The teacher professional development framework on integrated education in the government’s policy has now become the major task and mode of training for teacher empowerment in catering to the diverse learning needs of students with disability in regular schools. In order to achieve the expected outcomes, certain measures are noted. First, the EDB has supported the training with the aim of supplying teachers to schools so that serving teachers can attend courses. The practice frees teachers from heavy teaching or administration duties within a course period. Second, all school heads are now required to have plans for staff development and make recommendations for course attendance in order to meet the specified training target numbers in their five-year plan. By doing so, schools will have adequately trained manpower for meeting their contextual needs. Third, the university has built up a strong team to provide the teaching and organize cohorts of training courses for thousands of participants over most months of the school year.

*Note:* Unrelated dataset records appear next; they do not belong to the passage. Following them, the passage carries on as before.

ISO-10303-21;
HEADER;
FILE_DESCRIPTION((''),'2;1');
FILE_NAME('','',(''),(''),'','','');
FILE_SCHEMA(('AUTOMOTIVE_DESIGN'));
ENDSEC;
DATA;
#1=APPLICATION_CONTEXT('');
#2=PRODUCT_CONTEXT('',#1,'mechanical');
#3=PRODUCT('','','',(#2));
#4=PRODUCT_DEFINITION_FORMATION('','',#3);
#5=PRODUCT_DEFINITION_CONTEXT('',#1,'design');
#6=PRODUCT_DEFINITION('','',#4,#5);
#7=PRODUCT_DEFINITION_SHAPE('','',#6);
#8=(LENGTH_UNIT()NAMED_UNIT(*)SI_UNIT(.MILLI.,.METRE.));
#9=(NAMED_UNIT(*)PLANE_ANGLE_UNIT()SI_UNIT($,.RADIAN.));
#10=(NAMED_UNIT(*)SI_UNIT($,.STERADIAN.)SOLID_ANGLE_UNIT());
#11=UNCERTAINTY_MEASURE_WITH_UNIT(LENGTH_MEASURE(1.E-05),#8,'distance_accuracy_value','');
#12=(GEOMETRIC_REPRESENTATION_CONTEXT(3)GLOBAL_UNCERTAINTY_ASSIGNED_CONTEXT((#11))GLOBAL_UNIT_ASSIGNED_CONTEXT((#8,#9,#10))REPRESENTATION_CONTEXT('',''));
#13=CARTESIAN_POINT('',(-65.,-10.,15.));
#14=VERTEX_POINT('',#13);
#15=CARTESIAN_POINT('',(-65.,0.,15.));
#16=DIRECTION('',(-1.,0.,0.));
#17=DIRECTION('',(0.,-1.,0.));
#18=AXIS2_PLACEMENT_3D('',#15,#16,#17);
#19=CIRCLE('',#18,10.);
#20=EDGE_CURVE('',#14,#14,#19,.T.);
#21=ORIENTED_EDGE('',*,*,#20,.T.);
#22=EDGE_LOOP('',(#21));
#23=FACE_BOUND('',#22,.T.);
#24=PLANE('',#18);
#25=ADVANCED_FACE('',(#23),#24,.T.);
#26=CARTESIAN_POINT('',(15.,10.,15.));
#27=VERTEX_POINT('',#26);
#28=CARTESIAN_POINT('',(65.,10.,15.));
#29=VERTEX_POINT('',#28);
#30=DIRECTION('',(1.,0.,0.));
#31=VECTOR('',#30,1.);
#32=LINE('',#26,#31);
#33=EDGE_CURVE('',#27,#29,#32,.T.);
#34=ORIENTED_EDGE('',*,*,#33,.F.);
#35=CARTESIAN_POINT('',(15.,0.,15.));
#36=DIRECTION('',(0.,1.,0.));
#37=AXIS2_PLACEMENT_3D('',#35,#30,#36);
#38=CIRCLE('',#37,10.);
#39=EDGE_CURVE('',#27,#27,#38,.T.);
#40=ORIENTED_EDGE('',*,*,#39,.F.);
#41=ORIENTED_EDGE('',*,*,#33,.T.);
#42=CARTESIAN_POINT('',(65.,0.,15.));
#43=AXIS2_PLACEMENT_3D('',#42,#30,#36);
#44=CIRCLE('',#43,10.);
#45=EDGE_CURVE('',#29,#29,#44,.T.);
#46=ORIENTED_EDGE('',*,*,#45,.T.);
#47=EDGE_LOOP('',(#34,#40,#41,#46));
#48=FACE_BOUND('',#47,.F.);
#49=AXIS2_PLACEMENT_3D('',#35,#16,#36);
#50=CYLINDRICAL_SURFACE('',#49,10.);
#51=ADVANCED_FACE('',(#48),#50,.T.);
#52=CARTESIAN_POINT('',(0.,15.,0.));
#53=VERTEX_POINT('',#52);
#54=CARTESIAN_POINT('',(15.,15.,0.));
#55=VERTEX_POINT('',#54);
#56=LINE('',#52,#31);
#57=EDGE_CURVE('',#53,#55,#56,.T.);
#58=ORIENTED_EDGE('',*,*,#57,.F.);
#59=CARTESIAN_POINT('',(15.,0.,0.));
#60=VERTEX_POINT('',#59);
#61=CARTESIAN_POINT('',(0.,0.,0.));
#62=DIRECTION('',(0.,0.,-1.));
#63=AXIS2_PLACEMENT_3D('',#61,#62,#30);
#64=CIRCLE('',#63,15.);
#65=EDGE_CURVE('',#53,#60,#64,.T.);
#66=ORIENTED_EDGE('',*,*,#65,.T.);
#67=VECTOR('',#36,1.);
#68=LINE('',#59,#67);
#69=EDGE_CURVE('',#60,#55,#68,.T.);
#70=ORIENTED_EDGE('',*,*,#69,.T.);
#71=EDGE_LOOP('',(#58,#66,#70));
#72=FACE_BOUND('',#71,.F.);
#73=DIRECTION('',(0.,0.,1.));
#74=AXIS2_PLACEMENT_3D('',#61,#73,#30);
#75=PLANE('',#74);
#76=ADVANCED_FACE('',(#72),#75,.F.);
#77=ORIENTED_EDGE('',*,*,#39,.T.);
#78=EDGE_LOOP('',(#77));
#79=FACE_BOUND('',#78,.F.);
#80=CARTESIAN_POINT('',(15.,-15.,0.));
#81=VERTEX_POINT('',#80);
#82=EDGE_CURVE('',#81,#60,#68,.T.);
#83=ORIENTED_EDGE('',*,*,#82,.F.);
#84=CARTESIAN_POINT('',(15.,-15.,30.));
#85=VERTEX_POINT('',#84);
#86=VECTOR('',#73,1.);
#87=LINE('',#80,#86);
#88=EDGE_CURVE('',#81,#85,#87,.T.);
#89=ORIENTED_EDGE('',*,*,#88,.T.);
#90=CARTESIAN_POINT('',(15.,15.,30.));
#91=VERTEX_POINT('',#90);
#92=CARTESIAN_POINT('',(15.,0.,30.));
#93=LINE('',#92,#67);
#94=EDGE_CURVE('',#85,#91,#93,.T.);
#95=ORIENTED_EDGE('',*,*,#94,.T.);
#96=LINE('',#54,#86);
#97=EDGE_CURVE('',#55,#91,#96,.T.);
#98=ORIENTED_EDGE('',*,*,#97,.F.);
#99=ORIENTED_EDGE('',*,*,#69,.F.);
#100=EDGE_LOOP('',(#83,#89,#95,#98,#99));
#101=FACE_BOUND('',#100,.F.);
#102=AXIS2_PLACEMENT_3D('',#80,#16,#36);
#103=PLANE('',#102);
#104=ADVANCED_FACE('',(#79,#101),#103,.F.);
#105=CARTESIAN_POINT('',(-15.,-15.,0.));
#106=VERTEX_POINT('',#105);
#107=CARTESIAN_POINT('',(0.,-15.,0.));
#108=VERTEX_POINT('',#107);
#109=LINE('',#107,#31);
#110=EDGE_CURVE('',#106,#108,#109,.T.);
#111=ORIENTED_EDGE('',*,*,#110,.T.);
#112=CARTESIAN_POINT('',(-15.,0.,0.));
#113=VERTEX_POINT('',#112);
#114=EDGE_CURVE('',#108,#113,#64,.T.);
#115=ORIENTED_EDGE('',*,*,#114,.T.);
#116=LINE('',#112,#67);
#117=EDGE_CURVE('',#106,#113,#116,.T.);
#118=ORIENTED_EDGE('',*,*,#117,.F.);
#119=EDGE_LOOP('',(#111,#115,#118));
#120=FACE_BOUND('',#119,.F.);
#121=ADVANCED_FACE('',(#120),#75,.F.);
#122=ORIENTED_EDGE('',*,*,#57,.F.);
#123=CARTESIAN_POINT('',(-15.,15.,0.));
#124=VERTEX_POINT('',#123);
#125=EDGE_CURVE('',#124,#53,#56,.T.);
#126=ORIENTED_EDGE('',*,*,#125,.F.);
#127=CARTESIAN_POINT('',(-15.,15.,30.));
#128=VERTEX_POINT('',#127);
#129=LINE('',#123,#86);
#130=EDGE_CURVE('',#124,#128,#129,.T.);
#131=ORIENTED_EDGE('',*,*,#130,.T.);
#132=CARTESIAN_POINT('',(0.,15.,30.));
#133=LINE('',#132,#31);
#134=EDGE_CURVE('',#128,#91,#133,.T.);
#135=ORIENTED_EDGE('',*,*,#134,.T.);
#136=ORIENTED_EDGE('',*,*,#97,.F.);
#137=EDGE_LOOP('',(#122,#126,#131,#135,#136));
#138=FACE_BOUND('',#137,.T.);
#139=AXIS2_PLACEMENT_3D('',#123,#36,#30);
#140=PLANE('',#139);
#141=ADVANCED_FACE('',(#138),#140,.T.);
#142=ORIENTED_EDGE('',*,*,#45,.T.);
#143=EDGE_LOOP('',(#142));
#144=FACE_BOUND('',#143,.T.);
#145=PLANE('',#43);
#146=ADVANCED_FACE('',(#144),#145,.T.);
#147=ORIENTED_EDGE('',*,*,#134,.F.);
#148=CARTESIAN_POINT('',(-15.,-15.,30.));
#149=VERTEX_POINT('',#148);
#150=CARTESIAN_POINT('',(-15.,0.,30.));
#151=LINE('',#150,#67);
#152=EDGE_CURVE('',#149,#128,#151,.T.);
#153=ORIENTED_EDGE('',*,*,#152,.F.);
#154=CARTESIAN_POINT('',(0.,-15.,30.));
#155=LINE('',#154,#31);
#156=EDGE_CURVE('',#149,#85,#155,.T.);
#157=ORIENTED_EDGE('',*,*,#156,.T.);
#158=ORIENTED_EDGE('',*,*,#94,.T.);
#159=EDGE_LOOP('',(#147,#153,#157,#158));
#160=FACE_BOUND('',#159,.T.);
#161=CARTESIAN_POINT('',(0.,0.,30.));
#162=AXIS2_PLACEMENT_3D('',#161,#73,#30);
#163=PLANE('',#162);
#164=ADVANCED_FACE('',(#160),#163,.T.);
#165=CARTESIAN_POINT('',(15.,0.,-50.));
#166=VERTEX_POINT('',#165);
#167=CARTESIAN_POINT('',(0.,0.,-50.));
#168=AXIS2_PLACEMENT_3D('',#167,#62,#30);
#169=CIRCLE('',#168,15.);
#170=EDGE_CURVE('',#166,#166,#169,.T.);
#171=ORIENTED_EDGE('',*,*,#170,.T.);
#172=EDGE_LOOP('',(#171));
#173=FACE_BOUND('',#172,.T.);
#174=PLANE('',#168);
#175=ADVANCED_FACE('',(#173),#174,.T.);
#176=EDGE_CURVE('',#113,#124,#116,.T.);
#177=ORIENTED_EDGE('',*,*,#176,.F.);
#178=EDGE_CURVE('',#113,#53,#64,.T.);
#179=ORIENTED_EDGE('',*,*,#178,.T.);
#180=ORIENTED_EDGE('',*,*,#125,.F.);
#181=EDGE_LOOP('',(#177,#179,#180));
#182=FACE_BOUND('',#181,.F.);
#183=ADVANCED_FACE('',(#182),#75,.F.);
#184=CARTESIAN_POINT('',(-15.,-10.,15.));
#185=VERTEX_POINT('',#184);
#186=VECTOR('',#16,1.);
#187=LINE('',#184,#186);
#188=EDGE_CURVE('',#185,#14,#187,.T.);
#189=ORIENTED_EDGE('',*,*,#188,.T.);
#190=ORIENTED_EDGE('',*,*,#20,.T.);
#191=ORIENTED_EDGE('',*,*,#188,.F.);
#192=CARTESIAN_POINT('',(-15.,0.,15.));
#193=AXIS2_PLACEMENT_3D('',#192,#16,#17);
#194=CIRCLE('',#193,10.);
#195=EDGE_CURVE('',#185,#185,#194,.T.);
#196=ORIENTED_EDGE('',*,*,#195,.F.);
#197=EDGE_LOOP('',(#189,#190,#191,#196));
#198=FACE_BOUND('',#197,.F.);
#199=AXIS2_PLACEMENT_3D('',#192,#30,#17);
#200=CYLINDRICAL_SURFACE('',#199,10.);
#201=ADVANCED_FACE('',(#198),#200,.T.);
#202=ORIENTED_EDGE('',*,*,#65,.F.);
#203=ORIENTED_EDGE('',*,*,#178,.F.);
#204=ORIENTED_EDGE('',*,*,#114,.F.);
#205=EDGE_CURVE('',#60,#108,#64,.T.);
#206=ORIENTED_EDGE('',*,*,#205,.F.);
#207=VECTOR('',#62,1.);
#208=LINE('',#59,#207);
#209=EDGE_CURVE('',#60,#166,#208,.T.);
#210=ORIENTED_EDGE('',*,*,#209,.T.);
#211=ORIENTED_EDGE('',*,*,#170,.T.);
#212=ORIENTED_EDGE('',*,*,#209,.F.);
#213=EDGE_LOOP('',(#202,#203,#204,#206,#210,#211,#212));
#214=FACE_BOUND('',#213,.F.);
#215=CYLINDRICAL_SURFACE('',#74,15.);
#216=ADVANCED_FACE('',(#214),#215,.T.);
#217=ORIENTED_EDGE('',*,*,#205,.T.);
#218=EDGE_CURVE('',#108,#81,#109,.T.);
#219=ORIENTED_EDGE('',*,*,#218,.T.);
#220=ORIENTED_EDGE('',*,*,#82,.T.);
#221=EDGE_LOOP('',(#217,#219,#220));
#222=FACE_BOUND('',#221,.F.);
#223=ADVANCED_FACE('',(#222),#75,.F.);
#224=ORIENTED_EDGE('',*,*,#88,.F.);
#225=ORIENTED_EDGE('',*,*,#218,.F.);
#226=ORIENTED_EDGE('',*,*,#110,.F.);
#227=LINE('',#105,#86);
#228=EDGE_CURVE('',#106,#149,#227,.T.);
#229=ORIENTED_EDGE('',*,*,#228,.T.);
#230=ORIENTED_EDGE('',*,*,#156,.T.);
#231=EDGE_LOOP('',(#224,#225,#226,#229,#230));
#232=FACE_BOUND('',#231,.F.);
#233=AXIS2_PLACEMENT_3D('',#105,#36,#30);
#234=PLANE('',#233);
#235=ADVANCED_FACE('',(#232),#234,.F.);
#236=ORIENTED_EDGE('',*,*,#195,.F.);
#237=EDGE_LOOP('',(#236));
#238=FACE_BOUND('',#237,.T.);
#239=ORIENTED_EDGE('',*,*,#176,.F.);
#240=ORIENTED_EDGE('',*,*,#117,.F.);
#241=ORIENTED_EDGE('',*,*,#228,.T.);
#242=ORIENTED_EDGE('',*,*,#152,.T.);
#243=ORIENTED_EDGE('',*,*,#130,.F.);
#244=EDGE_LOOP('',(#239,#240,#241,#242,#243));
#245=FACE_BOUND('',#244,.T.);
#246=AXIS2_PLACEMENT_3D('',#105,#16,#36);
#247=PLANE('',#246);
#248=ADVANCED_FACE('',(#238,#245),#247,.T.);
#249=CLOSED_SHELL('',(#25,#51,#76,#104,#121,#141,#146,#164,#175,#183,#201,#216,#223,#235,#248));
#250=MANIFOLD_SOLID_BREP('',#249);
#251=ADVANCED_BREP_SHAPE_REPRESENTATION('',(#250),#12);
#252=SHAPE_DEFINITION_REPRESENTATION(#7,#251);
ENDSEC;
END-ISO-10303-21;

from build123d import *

# Parameters (mm, degrees)
F0_W     = 30
F0_H     = 30
F1_DEPTH = 30
F2_R     = 15
F3_DEPTH = 50
F4_R     = 10
F5_DEPTH = 50
F6_R     = 10
F7_DEPTH = 50


with BuildPart() as f1:
    # F0 (on Top) → F1 (new body)
    with BuildSketch(Plane.XY):
        Rectangle(F0_W, F0_H)
    extrude(amount=F1_DEPTH)

    # F2 (on face) → F3 (join)
    with BuildSketch(Plane(origin=(0, 0, 0), x_dir=(1, 0, 0), z_dir=(0, 0, -1))):
        Circle(F2_R)
    extrude(amount=F3_DEPTH)

    # F4 (on face) → F5 (join)
    with BuildSketch(Plane.YZ.offset(15)):
        with Locations((0, 15)):
            Circle(F4_R)
    extrude(amount=F5_DEPTH)

    # F6 (on face) → F7 (join)
    with BuildSketch(Plane(origin=(-15, 0, 0), x_dir=(0, -1, 0), z_dir=(-1, 0, 0))):
        with Locations((0, 15)):
            Circle(F6_R)
    extrude(amount=F7_DEPTH)


solid = f1.part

The concerted effort in the partnership of government, schools, and university over the 10 years since its inception has gained wide recognition. This tripartite model of support for professional learning has been accepted by other local regions (e.g., Macau, Shanghai, and Guangzhou). The provision of government financial support, the development of school policy for staff professional learning, and a strong partnership with a university for the special-needs training have all been considered as effective ways to ensure that teachers are better prepared for inclusive education (Sin et al., 2010; Forlin & Sin, 2010; Sin & Law, 2012).

New Trends for School-Based Support

Although the EDB confirmed the effectiveness of the training mode in their course review in 2012 (EDB, 2015b), a local territory-wide survey (EOC, 2012) stated that for further development of inclusive education in Hong Kong, it is necessary to support teachers, once they were trained, to practice their skills in school. Despite the positive changes in attitude and self-efficacy (Forlin et al., 2013, 2015), there was a lack of evidence-based practice after course attendance (EOC, 2012). Many barriers, including the complexity of students’ SEN, heavy workloads, weak team leadership, tight curriculum schedules, and a lack of commitment for change, still exist in regular schools in Hong Kong (Sin, 2005; Lui et al., 2015). School heads report that, following the first phase of off-site professional learning in the three levels of courses, they continue to look for strategies to support their trained staff in school-based work on inclusion. There was, therefore, increasing demand for on-site school support services to supplement the training programs taken at the university. This led to teachers and professionals from the EDB, NGOs, and university staff working together as a team to resolve this issue and support slowly emerging good practices.

On-Site Support Services

A trial program of on-site school support service to secondary and primary schools was made possible by external funding through the chief executive’s community project funded by the Hong Kong Jockey Club Charities Trust for 2013–2016. The project offered an innovative frontline support-and-study program for teachers by university experts for adopting a wide range of strategies and curriculum approaches in catering to the diverse learning needs of students with SEN. The project tasks included providing intensive school-based support (108 hours) for schools with a great number of students with SEN; consultancy (18 hours) to schools that need assistance; knowledge transfer seminars on differentiated instruction; and empirical study on student learning, teacher effectiveness, and whole-school approaches for support among schools. In total, 145 schools have already received these services.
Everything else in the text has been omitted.